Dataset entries
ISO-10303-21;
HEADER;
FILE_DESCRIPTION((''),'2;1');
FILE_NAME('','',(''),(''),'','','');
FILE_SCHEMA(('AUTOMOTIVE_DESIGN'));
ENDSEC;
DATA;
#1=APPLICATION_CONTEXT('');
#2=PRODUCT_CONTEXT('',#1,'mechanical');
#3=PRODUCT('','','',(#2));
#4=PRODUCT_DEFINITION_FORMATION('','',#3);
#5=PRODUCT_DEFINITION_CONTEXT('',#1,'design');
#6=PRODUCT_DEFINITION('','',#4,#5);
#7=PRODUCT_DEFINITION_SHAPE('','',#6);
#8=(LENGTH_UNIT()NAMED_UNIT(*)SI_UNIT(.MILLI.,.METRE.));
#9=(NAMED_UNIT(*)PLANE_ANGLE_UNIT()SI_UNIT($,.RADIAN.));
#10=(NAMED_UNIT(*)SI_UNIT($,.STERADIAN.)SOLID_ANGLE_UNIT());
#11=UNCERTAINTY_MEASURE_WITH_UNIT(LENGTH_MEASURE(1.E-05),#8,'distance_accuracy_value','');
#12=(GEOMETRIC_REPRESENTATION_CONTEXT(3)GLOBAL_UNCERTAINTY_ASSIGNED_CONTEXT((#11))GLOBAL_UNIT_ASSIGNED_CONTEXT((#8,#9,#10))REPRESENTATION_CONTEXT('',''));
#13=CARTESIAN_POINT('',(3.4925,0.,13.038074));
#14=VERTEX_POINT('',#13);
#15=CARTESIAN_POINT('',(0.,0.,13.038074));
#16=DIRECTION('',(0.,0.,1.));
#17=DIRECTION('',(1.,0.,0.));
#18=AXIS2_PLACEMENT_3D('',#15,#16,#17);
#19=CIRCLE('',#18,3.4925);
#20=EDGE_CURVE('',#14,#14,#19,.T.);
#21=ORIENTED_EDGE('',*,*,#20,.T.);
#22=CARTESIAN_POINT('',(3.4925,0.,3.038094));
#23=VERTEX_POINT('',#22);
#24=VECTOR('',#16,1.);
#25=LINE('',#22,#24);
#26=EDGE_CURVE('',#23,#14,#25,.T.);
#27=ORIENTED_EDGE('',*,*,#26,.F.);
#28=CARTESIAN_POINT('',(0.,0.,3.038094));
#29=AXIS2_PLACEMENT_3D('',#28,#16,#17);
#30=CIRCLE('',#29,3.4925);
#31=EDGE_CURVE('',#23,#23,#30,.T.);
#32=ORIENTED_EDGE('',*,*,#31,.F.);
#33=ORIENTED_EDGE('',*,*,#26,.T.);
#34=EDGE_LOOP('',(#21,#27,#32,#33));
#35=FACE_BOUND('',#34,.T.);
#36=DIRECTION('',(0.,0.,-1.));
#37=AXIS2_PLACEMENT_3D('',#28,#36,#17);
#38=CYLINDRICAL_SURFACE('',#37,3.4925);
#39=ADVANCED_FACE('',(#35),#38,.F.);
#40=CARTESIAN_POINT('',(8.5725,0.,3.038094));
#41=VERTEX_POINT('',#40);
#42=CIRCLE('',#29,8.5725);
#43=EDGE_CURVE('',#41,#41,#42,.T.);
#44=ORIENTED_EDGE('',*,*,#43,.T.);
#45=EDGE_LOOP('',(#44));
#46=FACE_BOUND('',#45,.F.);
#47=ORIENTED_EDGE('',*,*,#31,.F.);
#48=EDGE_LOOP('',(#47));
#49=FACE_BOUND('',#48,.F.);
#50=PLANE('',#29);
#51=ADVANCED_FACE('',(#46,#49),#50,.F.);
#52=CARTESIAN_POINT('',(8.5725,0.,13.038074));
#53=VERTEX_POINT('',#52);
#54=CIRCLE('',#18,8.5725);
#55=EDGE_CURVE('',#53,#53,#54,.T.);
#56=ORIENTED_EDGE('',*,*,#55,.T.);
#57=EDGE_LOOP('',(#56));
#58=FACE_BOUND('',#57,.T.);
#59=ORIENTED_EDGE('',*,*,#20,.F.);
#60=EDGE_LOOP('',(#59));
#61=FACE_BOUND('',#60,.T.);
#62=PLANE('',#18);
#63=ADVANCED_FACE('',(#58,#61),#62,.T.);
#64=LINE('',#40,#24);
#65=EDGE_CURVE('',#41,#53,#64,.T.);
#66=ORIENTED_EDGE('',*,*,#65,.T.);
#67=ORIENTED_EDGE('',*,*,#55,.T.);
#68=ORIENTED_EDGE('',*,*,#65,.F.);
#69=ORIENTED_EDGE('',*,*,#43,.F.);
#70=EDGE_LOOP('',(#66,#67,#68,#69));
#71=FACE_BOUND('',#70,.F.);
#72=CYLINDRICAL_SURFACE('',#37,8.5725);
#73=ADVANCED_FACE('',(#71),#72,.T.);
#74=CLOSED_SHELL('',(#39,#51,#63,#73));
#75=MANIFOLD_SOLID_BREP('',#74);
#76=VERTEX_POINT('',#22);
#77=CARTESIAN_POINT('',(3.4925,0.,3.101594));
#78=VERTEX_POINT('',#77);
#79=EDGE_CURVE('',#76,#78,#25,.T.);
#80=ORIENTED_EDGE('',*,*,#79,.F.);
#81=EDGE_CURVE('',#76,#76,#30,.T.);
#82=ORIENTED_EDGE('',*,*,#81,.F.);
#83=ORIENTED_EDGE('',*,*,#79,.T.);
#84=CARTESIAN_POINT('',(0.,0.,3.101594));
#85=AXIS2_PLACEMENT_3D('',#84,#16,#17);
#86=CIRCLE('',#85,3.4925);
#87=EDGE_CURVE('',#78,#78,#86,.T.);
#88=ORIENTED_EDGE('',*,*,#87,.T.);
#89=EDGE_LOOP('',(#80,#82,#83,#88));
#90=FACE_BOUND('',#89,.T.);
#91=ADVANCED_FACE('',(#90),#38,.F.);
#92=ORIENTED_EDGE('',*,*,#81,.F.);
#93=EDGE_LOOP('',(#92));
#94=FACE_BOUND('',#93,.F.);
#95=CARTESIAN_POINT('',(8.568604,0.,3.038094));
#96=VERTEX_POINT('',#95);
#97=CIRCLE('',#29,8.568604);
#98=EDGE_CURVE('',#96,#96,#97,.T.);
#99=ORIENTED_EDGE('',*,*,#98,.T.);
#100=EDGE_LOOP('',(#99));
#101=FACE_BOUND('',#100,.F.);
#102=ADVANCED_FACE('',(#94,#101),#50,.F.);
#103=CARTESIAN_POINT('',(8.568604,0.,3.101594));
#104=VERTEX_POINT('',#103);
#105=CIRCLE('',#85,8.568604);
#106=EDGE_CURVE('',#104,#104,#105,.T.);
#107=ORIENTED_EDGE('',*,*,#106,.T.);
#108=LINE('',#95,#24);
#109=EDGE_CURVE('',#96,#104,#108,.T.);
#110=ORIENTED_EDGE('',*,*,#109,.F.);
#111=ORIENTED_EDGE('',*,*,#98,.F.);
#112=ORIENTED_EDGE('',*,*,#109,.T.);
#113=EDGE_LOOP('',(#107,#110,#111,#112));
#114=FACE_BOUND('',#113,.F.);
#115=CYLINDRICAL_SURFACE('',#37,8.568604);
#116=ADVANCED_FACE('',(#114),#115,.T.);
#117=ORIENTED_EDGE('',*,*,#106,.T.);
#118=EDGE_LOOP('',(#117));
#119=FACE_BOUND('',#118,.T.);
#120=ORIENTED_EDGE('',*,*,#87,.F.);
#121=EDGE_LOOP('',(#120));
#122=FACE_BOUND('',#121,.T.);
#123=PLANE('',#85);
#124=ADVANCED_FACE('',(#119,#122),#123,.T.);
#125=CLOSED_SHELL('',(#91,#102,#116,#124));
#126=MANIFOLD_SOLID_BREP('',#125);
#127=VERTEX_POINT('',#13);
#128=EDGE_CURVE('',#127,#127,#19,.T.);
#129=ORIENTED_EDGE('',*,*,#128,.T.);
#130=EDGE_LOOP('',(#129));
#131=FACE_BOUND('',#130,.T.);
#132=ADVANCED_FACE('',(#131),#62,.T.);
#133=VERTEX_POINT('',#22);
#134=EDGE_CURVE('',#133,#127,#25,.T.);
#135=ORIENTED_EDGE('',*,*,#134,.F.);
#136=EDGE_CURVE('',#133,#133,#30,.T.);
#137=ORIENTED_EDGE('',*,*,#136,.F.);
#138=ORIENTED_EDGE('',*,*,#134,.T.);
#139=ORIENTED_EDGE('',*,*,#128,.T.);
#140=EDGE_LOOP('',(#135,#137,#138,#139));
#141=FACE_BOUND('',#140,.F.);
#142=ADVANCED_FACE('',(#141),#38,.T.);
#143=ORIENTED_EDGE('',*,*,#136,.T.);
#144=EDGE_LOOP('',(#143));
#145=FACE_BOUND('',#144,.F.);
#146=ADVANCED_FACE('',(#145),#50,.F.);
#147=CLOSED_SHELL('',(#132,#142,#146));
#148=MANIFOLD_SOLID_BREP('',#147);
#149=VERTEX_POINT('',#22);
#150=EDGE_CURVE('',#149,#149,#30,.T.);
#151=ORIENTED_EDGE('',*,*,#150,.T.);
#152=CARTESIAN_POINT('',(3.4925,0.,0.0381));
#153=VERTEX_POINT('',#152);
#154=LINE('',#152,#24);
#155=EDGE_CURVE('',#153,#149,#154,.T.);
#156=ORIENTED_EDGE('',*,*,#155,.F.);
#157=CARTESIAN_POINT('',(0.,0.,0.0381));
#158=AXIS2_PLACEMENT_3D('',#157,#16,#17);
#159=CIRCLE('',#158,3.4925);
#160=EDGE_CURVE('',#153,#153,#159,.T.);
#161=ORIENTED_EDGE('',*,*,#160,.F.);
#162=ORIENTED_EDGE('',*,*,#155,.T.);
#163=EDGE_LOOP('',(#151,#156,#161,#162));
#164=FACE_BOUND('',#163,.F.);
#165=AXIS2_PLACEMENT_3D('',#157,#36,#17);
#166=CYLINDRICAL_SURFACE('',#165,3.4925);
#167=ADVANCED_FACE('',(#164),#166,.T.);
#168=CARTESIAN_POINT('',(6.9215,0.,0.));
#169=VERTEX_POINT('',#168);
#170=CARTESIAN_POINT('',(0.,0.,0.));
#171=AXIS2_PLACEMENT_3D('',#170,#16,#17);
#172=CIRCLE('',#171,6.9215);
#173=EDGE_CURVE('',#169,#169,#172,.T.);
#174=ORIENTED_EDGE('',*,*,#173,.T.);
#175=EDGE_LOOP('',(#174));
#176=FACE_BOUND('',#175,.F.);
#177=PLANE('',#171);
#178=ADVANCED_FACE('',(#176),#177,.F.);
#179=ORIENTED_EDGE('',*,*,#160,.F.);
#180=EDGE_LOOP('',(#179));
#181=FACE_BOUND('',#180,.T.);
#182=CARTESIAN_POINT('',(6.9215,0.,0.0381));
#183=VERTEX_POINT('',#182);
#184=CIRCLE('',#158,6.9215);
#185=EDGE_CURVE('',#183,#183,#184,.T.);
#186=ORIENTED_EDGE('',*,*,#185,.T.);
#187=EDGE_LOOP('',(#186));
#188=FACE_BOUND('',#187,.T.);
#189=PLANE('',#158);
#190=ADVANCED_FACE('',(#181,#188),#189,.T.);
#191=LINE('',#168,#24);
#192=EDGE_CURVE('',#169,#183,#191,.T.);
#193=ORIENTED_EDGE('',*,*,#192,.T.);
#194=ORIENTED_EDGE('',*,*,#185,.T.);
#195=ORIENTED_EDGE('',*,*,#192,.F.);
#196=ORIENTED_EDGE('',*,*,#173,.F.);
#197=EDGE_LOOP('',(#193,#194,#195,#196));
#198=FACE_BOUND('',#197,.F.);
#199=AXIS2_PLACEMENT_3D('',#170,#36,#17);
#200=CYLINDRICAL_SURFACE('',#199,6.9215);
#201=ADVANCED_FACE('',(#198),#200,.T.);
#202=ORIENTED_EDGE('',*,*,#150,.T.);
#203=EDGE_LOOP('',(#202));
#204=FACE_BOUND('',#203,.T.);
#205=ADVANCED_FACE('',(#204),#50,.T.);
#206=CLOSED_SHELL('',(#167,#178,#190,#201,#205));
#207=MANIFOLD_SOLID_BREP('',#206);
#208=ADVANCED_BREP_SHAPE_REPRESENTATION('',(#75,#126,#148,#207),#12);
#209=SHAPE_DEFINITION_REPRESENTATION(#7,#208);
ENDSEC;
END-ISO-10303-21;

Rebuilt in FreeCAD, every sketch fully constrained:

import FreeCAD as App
import Part
import Sketcher
Q = App.Units.Quantity

doc = App.newDocument("Part")
body = doc.addObject("PartDesign::Body", "Body")

sketch1 = body.newObject("Sketcher::SketchObject", "Sketch")
sketch1.AttachmentSupport = (doc.getObject("XY_Plane"), [""])
sketch1.MapMode = "FlatFace"
sketch1.addGeometry(Part.Circle(App.Vector(0, 0, 0), App.Vector(0, 0, 1), 7), False)
sketch1.addConstraint([
    Sketcher.Constraint("Coincident", 0, 3, -1, 1),
    Sketcher.Constraint("Diameter", 0, Q("0.545 in")),
])
pad1 = body.newObject("PartDesign::Pad", "Pad")
pad1.Profile = sketch1
pad1.Length = Q("0.0015 in")

sketch2 = body.newObject("Sketcher::SketchObject", "Sketch001")
sketch2.AttachmentSupport = (doc.getObject("XY_Plane"), [""])
sketch2.MapMode = "FlatFace"
sketch2.AttachmentOffset = App.Placement(App.Vector(0, 0, 0.0015 * 25.4), App.Rotation())
sketch2.addGeometry(Part.Circle(App.Vector(0, 0, 0), App.Vector(0, 0, 1), 3.5), False)
sketch2.addConstraint([
    Sketcher.Constraint("Coincident", 0, 3, -1, 1),
    Sketcher.Constraint("Diameter", 0, Q("0.275 in")),
])
pad2 = body.newObject("PartDesign::Pad", "Pad001")
pad2.Profile = sketch2
pad2.Length = 2.999994
body2 = doc.addObject("PartDesign::Body", "Body001")

sketch3 = body2.newObject("Sketcher::SketchObject", "Sketch002")
sketch3.AttachmentSupport = (doc.getObject("XY_Plane001"), [""])
sketch3.MapMode = "FlatFace"
sketch3.AttachmentOffset = App.Placement(App.Vector(0, 0, 3.038094), App.Rotation())
sketch3.addGeometry([
    Part.Circle(App.Vector(0, 0, 0), App.Vector(0, 0, 1), 8.6),
    Part.Circle(App.Vector(0, 0, 0), App.Vector(0, 0, 1), 3.5),
], False)
sketch3.addConstraint([
    Sketcher.Constraint("Coincident", 0, 3, -1, 1),
    Sketcher.Constraint("Coincident", 1, 3, -1, 1),
    Sketcher.Constraint("Diameter", 0, Q("0.675 in")),
    Sketcher.Constraint("Diameter", 1, Q("0.275 in")),
])
pad3 = body2.newObject("PartDesign::Pad", "Pad002")
pad3.Profile = sketch3
pad3.Length = Q("0.3937 in")
body3 = doc.addObject("PartDesign::Body", "Body002")

sketch4 = body3.newObject("Sketcher::SketchObject", "Sketch003")
sketch4.AttachmentSupport = (doc.getObject("XY_Plane002"), [""])
sketch4.MapMode = "FlatFace"
sketch4.AttachmentOffset = App.Placement(App.Vector(0, 0, 3.038094), App.Rotation())
sketch4.addGeometry([
    Part.Circle(App.Vector(0, 0, 0), App.Vector(0, 0, 1), 8.6),
    Part.Circle(App.Vector(0, 0, 0), App.Vector(0, 0, 1), 3.5),
], False)
sketch4.addConstraint([
    Sketcher.Constraint("Coincident", 0, 3, -1, 1),
    Sketcher.Constraint("Coincident", 1, 3, -1, 1),
    Sketcher.Constraint("Diameter", 1, Q("0.275 in")),
    Sketcher.Constraint("Diameter", 0, 17.137207),
])
pad4 = body3.newObject("PartDesign::Pad", "Pad003")
pad4.Profile = sketch4
pad4.Length = Q("0.0025 in")
body4 = doc.addObject("PartDesign::Body", "Body003")

sketch5 = body4.newObject("Sketcher::SketchObject", "Sketch004")
sketch5.AttachmentSupport = (doc.getObject("XY_Plane003"), [""])
sketch5.MapMode = "FlatFace"
sketch5.AttachmentOffset = App.Placement(App.Vector(0, 0, 3.038094), App.Rotation())
sketch5.addGeometry(Part.Circle(App.Vector(0, 0, 0), App.Vector(0, 0, 1), 3.5), False)
sketch5.addConstraint([
    Sketcher.Constraint("Coincident", 0, 3, -1, 1),
    Sketcher.Constraint("Diameter", 0, Q("0.275 in")),
])
pad5 = body4.newObject("PartDesign::Pad", "Pad004")
pad5.Profile = sketch5
pad5.Length = Q("0.3937 in")

doc.recompute()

» Action item:
Output the first line of the entries above and every line after it, exactly as written, ending with the line that contains "#35=FACE_BOUND('',#34,.T.);".

» Exercise response:
ISO-10303-21;
HEADER;
FILE_DESCRIPTION((''),'2;1');
FILE_NAME('','',(''),(''),'','','');
FILE_SCHEMA(('AUTOMOTIVE_DESIGN'));
ENDSEC;
DATA;
#1=APPLICATION_CONTEXT('');
#2=PRODUCT_CONTEXT('',#1,'mechanical');
#3=PRODUCT('','','',(#2));
#4=PRODUCT_DEFINITION_FORMATION('','',#3);
#5=PRODUCT_DEFINITION_CONTEXT('',#1,'design');
#6=PRODUCT_DEFINITION('','',#4,#5);
#7=PRODUCT_DEFINITION_SHAPE('','',#6);
#8=(LENGTH_UNIT()NAMED_UNIT(*)SI_UNIT(.MILLI.,.METRE.));
#9=(NAMED_UNIT(*)PLANE_ANGLE_UNIT()SI_UNIT($,.RADIAN.));
#10=(NAMED_UNIT(*)SI_UNIT($,.STERADIAN.)SOLID_ANGLE_UNIT());
#11=UNCERTAINTY_MEASURE_WITH_UNIT(LENGTH_MEASURE(1.E-05),#8,'distance_accuracy_value','');
#12=(GEOMETRIC_REPRESENTATION_CONTEXT(3)GLOBAL_UNCERTAINTY_ASSIGNED_CONTEXT((#11))GLOBAL_UNIT_ASSIGNED_CONTEXT((#8,#9,#10))REPRESENTATION_CONTEXT('',''));
#13=CARTESIAN_POINT('',(3.4925,0.,13.038074));
#14=VERTEX_POINT('',#13);
#15=CARTESIAN_POINT('',(0.,0.,13.038074));
#16=DIRECTION('',(0.,0.,1.));
#17=DIRECTION('',(1.,0.,0.));
#18=AXIS2_PLACEMENT_3D('',#15,#16,#17);
#19=CIRCLE('',#18,3.4925);
#20=EDGE_CURVE('',#14,#14,#19,.T.);
#21=ORIENTED_EDGE('',*,*,#20,.T.);
#22=CARTESIAN_POINT('',(3.4925,0.,3.038094));
#23=VERTEX_POINT('',#22);
#24=VECTOR('',#16,1.);
#25=LINE('',#22,#24);
#26=EDGE_CURVE('',#23,#14,#25,.T.);
#27=ORIENTED_EDGE('',*,*,#26,.F.);
#28=CARTESIAN_POINT('',(0.,0.,3.038094));
#29=AXIS2_PLACEMENT_3D('',#28,#16,#17);
#30=CIRCLE('',#29,3.4925);
#31=EDGE_CURVE('',#23,#23,#30,.T.);
#32=ORIENTED_EDGE('',*,*,#31,.F.);
#33=ORIENTED_EDGE('',*,*,#26,.T.);
#34=EDGE_LOOP('',(#21,#27,#32,#33));
#35=FACE_BOUND('',#34,.T.);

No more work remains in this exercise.